Before starting the music, the instructor invited each dancer to con sult her inner "yoni," or source of female power. The divine feminine had already been a prominent character in the arc of the class, and the instructor kept implying that this energy was bringing us all together.
With enthusiastic earnestness, and at least some disregard for the way in which she was borrowing spiritual practices from other cultures, she sold the whole thing as honest female empowerment, tinged with a sense of the mystical. The women ate it up. They felt powerful. I only felt my body contract—it was like every one of my muscles wanted to curl up and shrink out of sight. I was grateful that, as a newcomer, I hadn't been asked to dance, as the discomfort that was growing within me would have made doing so absolutely impossible. The instructor dimmed the lights.

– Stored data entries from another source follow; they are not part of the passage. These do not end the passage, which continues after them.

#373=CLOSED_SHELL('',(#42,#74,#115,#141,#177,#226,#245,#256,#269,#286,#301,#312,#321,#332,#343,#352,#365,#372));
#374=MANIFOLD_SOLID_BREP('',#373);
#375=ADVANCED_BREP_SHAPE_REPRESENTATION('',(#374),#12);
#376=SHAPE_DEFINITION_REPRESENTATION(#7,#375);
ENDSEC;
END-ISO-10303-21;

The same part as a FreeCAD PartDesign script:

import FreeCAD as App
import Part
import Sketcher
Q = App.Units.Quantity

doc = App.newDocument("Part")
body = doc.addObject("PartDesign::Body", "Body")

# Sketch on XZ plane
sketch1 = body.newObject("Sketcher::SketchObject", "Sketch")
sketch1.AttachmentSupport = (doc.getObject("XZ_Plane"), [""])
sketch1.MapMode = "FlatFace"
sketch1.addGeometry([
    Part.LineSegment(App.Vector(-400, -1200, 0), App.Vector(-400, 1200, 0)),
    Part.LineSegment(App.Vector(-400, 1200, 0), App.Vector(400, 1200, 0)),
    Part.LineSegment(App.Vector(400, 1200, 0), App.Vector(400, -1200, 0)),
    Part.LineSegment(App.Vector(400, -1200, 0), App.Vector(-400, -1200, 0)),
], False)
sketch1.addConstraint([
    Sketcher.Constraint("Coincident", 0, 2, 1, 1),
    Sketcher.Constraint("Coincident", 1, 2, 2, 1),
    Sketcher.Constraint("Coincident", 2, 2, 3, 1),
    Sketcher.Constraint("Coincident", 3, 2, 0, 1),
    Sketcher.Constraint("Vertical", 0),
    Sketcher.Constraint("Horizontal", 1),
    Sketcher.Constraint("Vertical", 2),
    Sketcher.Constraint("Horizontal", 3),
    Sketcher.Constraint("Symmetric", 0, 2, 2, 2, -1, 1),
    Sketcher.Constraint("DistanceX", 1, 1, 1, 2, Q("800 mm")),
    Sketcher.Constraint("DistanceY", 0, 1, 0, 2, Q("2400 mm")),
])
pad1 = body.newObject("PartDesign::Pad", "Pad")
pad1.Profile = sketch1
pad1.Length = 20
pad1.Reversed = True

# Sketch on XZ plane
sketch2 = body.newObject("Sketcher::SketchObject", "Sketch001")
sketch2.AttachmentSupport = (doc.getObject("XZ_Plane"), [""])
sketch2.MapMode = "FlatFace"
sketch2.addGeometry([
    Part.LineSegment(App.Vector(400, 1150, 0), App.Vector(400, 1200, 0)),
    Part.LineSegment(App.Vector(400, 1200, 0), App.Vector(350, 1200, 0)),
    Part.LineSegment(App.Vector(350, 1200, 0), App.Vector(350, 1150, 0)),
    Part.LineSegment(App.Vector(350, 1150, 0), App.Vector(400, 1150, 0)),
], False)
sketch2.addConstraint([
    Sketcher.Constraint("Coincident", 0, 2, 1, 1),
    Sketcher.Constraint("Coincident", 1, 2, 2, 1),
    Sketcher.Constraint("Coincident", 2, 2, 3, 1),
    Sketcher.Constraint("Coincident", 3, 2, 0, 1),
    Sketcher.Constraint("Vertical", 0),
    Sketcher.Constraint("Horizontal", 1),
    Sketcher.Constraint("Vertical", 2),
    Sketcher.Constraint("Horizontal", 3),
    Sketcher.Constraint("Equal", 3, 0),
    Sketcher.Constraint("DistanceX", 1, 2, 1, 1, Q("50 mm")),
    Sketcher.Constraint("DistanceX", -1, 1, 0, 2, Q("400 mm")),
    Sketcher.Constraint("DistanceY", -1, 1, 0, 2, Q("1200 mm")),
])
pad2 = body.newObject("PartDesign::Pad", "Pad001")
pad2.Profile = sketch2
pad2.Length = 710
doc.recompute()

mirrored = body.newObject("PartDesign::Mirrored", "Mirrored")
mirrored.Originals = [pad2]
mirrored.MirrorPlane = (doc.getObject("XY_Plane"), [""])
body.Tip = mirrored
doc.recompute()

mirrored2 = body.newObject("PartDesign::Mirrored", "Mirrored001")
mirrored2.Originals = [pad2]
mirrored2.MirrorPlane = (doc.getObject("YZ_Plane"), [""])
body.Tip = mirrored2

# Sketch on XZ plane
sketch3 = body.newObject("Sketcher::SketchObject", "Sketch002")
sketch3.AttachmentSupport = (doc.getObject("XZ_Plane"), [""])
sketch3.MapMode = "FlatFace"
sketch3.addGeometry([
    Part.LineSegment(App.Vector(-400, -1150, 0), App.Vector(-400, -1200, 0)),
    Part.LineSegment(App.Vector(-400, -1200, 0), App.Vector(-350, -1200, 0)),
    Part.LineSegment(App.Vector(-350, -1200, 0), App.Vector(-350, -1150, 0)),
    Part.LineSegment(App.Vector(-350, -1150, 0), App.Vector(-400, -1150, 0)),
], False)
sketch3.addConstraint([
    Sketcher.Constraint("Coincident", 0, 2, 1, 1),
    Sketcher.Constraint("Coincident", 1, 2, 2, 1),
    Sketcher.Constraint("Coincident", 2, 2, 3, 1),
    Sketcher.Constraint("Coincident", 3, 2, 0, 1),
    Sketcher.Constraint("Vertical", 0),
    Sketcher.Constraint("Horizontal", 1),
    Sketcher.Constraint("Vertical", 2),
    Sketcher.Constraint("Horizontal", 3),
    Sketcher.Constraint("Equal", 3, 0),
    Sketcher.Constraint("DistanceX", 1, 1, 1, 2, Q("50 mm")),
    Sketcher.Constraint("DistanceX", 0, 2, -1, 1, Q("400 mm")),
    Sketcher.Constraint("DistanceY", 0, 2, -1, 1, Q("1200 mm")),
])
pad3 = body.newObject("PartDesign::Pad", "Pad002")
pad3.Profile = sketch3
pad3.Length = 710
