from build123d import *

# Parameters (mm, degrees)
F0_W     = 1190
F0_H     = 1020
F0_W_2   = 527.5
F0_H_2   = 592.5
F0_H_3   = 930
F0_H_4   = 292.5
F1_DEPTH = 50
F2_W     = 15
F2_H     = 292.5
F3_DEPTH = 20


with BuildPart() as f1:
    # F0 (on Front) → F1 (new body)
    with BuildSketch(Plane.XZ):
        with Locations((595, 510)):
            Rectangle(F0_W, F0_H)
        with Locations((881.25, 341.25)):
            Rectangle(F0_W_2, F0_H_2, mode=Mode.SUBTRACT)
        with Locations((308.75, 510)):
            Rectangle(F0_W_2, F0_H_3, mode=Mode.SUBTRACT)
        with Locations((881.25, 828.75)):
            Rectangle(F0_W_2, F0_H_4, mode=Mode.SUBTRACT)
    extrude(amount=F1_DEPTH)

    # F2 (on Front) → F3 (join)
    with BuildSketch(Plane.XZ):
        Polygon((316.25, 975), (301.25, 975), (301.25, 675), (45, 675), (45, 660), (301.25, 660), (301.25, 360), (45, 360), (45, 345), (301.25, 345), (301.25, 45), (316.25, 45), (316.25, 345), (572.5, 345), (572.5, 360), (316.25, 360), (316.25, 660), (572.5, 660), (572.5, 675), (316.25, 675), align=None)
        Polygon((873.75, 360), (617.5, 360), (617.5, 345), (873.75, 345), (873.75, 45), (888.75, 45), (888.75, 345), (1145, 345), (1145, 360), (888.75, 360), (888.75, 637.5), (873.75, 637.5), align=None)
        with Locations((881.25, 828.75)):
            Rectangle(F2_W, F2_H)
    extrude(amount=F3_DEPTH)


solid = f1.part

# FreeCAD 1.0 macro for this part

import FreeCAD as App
import Part
import Sketcher
Q = App.Units.Quantity


def add_polygon(sketch, points):
    """Adds a closed chain of lines whose ends are joined by coincident constraints."""
    first, n = sketch.GeometryCount, len(points)
    for a, b in zip(points, points[1:] + points[:1]):
        sketch.addGeometry(Part.LineSegment(App.Vector(*a, 0), App.Vector(*b, 0)), False)
    for i in range(n):
        sketch.addConstraint(Sketcher.Constraint("Coincident", first + i, 2, first + (i + 1) % n, 1))

doc = App.newDocument("Part")
body = doc.addObject("PartDesign::Body", "Body")

# Sketch on XZ plane
sketch1 = body.newObject("Sketcher::SketchObject", "Sketch")
sketch1.AttachmentSupport = (doc.getObject("XZ_Plane"), [""])
sketch1.MapMode = "FlatFace"
add_polygon(sketch1, [(0, 1020), (0, 0), (1190, 0), (1190, 1020)])  # lines 0-3
add_polygon(sketch1, [(1145, 45), (617.5, 45), (617.5, 637.5), (1145, 637.5)])  # lines 4-7
add_polygon(sketch1, [(572.5, 45), (45, 45), (45, 975), (572.5, 975)])  # lines 8-11
add_polygon(sketch1, [(1145, 682.5), (617.5, 682.5), (617.5, 975), (1145, 975)])  # lines 12-15
sketch1.addConstraint(Sketcher.Constraint("Vertical", 0))
sketch1.addConstraint(Sketcher.Constraint("Horizontal", 1))
sketch1.addConstraint(Sketcher.Constraint("Vertical", 2))
sketch1.addConstraint(Sketcher.Constraint("Horizontal", 3))
sketch1.addConstraint(Sketcher.Constraint("Horizontal", 4))
sketch1.addConstraint(Sketcher.Constraint("Vertical", 5))
sketch1.addConstraint(Sketcher.Constraint("Horizontal", 6))
sketch1.addConstraint(Sketcher.Constraint("Vertical", 7))
sketch1.addConstraint(Sketcher.Constraint("Horizontal", 8))
sketch1.addConstraint(Sketcher.Constraint("Vertical", 9))
sketch1.addConstraint(Sketcher.Constraint("Horizontal", 10))
sketch1.addConstraint(Sketcher.Constraint("Vertical", 11))
sketch1.addConstraint(Sketcher.Constraint("Horizontal", 12))
sketch1.addConstraint(Sketcher.Constraint("Vertical", 13))
sketch1.addConstraint(Sketcher.Constraint("Horizontal", 14))
sketch1.addConstraint(Sketcher.Constraint("Vertical", 15))
sketch1.addConstraint(Sketcher.Constraint("Coincident", 0, 2, -1, 1))
sketch1.addConstraint(Sketcher.Constraint("Horizontal", 7, 2, 8, 2))
sketch1.addConstraint(Sketcher.Constraint("Horizontal", 10, 2, 13, 2))
sketch1.addConstraint(Sketcher.Constraint("Vertical", 5, 2, 12, 2))
sketch1.addConstraint(Sketcher.Constraint("Vertical", 7, 2, 14, 2))
sketch1.addConstraint(Sketcher.Constraint("Equal", 6, 8))
sketch1.addConstraint(Sketcher.Constraint("DistanceX", 1, 1, 1, 2, Q("1190 mm")))
sketch1.addConstraint(Sketcher.Constraint("DistanceY", 0, 2, 0, 1, Q("1020 mm")))
sketch1.addConstraint(Sketcher.Constraint("DistanceY", 9, 1, 9, 2, Q("930 mm")))
sketch1.addConstraint(Sketcher.Constraint("DistanceX", 4, 2, 4, 1, Q("527.5 mm")))
sketch1.addConstraint(Sketcher.Constraint("DistanceY", 5, 1, 5, 2, Q("592.5 mm")))
sketch1.addConstraint(Sketcher.Constraint("DistanceY", 13, 1, 13, 2, Q("292.5 mm")))
sketch1.addConstraint(Sketcher.Constraint("DistanceY", -1, 1, 4, 2, Q("45 mm")))
sketch1.addConstraint(Sketcher.Constraint("DistanceX", -1, 1, 6, 2, Q("1145 mm")))
sketch1.addConstraint(Sketcher.Constraint("DistanceX", -1, 1, 8, 2, Q("45 mm")))
pad1 = body.newObject("PartDesign::Pad", "Pad")
pad1.Profile = sketch1
pad1.Length = 50

# Sketch on XZ plane
sketch2 = body.newObject("Sketcher::SketchObject", "Sketch001")
sketch2.AttachmentSupport = (doc.getObject("XZ_Plane"), [""])
sketch2.MapMode = "FlatFace"
add_polygon(sketch2, [(316.25, 975), (301.25, 975), (301.25, 675), (45, 675), (45, 660), (301.25, 660), (301.25, 360), (45, 360), (45, 345), (301.25, 345), (301.25, 45), (316.25, 45), (316.25, 345), (572.5, 345), (572.5, 360), (316.25, 360), (316.25, 660), (572.5, 660), (572.5, 675), (316.25, 675)])  # lines 0-19
add_polygon(sketch2, [(873.75, 360), (617.5, 360), (617.5, 345), (873.75, 345), (873.75, 45), (888.75, 45), (888.75, 345), (1145, 345), (1145, 360), (888.75, 360), (888.75, 637.5), (873.75, 637.5)])  # lines 20-31
add_polygon(sketch2, [(873.75, 975), (873.75, 682.5), (888.75, 682.5), (888.75, 975)])  # lines 32-35
sketch2.addConstraint(Sketcher.Constraint("Horizontal", 0))
sketch2.addConstraint(Sketcher.Constraint("Vertical", 1))
sketch2.addConstraint(Sketcher.Constraint("Horizontal", 2))
sketch2.addConstraint(Sketcher.Constraint("Vertical", 3))
sketch2.addConstraint(Sketcher.Constraint("Horizontal", 4))
sketch2.addConstraint(Sketcher.Constraint("Vertical", 5))
sketch2.addConstraint(Sketcher.Constraint("Horizontal", 6))
sketch2.addConstraint(Sketcher.Constraint("Vertical", 7))
sketch2.addConstraint(Sketcher.Constraint("Horizontal", 8))
sketch2.addConstraint(Sketcher.Constraint("Vertical", 9))
sketch2.addConstraint(Sketcher.Constraint("Horizontal", 10))
sketch2.addConstraint(Sketcher.Constraint("Vertical", 11))
sketch2.addConstraint(Sketcher.Constraint("Horizontal", 12))
sketch2.addConstraint(Sketcher.Constraint("Vertical", 13))
sketch2.addConstraint(Sketcher.Constraint("Horizontal", 14))
sketch2.addConstraint(Sketcher.Constraint("Vertical", 15))
sketch2.addConstraint(Sketcher.Constraint("Horizontal", 16))
sketch2.addConstraint(Sketcher.Constraint("Vertical", 17))
sketch2.addConstraint(Sketcher.Constraint("Horizontal", 18))
sketch2.addConstraint(Sketcher.Constraint("Vertical", 19))
sketch2.addConstraint(Sketcher.Constraint("Horizontal", 20))
sketch2.addConstraint(Sketcher.Constraint("Vertical", 21))
sketch2.addConstraint(Sketcher.Constraint("Horizontal", 22))
sketch2.addConstraint(Sketcher.Constraint("Vertical", 23))
sketch2.addConstraint(Sketcher.Constraint("Horizontal", 24))
sketch2.addConstraint(Sketcher.Constraint("Vertical", 25))
sketch2.addConstraint(Sketcher.Constraint("Horizontal", 26))
sketch2.addConstraint(Sketcher.Constraint("Vertical", 27))
sketch2.addConstraint(Sketcher.Constraint("Horizontal", 28))
sketch2.addConstraint(Sketcher.Constraint("Vertical", 29))
sketch2.addConstraint(Sketcher.Constraint("Horizontal", 30))
sketch2.addConstraint(Sketcher.Constraint("Vertical", 31))
sketch2.addConstraint(Sketcher.Constraint("Vertical", 32))
sketch2.addConstraint(Sketcher.Constraint("Horizontal", 33))
sketch2.addConstraint(Sketcher.Constraint("Vertical", 34))
sketch2.addConstraint(Sketcher.Constraint("Horizontal", 35))
sketch2.addConstraint(Sketcher.Constraint("Horizontal", 8, 2, 11, 2))
sketch2.addConstraint(Sketcher.Constraint("Horizontal", 6, 2, 13, 2))
sketch2.addConstraint(Sketcher.Constraint("Horizontal", 4, 2, 15, 2))
sketch2.addConstraint(Sketcher.Constraint("Horizontal", 2, 2, 17, 2))
sketch2.addConstraint(Sketcher.Constraint("Horizontal", 14, 2, 20, 2))
sketch2.addConstraint(Sketcher.Constraint("Horizontal", 12, 2, 21, 2))
sketch2.addConstraint(Sketcher.Constraint("Horizontal", 10, 2, 23, 2))
sketch2.addConstraint(Sketcher.Constraint("Horizontal", 22, 2, 25, 2))
sketch2.addConstraint(Sketcher.Constraint("Horizontal", 20, 2, 27, 2))
sketch2.addConstraint(Sketcher.Constraint("Horizontal", 19, 2, 34, 2))
sketch2.addConstraint(Sketcher.Constraint("Vertical", 1, 2, 4, 2))
sketch2.addConstraint(Sketcher.Constraint("Vertical", 3, 2, 6, 2))
sketch2.addConstraint(Sketcher.Constraint("Vertical", 5, 2, 8, 2))
sketch2.addConstraint(Sketcher.Constraint("Vertical", 11, 2, 14, 2))
sketch2.addConstraint(Sketcher.Constraint("Vertical", 13, 2, 16, 2))
sketch2.addConstraint(Sketcher.Constraint("Vertical", 15, 2, 18, 2))
sketch2.addConstraint(Sketcher.Constraint("Vertical", 25, 2, 28, 2))
sketch2.addConstraint(Sketcher.Constraint("Vertical", 23, 2, 30, 2))
sketch2.addConstraint(Sketcher.Constraint("Vertical", 31, 2, 32, 2))
sketch2.addConstraint(Sketcher.Constraint("Vertical", 29, 2, 33, 2))
sketch2.addConstraint(Sketcher.Constraint("Equal", 8, 12))
sketch2.addConstraint(Sketcher.Constraint("Equal", 18, 20))
sketch2.addConstraint(Sketcher.Constraint("Equal", 10, 24))
sketch2.addConstraint(Sketcher.Constraint("Equal", 22, 26))
sketch2.addConstraint(Sketcher.Constraint("Equal", 35, 3))
sketch2.addConstraint(Sketcher.Constraint("Equal", 1, 5))
sketch2.addConstraint(Sketcher.Constraint("Equal", 3, 7))
sketch2.addConstraint(Sketcher.Constraint("Equal", 5, 9))
sketch2.addConstraint(Sketcher.Constraint("DistanceX", 0, 2, 0, 1, Q("15 mm")))
sketch2.addConstraint(Sketcher.Constraint("DistanceY", 1, 2, 1, 1, Q("300 mm")))
sketch2.addConstraint(Sketcher.Constraint("DistanceY", 29, 1, 29, 2, Q("277.5 mm")))
sketch2.addConstraint(Sketcher.Constraint("DistanceY", 32, 2, 32, 1, Q("292.5 mm")))
sketch2.addConstraint(Sketcher.Constraint("DistanceY", -1, 1, 0, 2, Q("975 mm")))
sketch2.addConstraint(Sketcher.Constraint("DistanceX", -1, 1, 2, 2, Q("45 mm")))
sketch2.addConstraint(Sketcher.Constraint("DistanceX", -1, 1, 26, 2, Q("1145 mm")))
sketch2.addConstraint(Sketcher.Constraint("DistanceX", 13, 2, 20, 2, Q("45 mm")))
pad2 = body.newObject("PartDesign::Pad", "Pad001")
pad2.Profile = sketch2
pad2.Length = 20

doc.recompute()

When it was my mom's turn, "Innuendo" rang out and, bolstered by Freddie's voice, she worked herself into a frenzy. She soared with the song, moving with its beats as if they had been made just to serve her body. "Re lease your mask," Freddie implored, but she had never even brought one. I huddled in the corner next to a woman sporting several different layers of fishnets, my face growing wet.
I was crying because I was moved by my mother's effervescence and might. And I was crying because of the sense of difference between us; another gendered rift. The grief that this invited felt so tangible that I had to push it out of my body, transmuted into water and salt. There was no divine feminine in me, no female energy, no inner goddess. Wherever it was inside of me that my yoni should have been, all I could find there was Freddie in the track pants, strutting across the Wembley stage.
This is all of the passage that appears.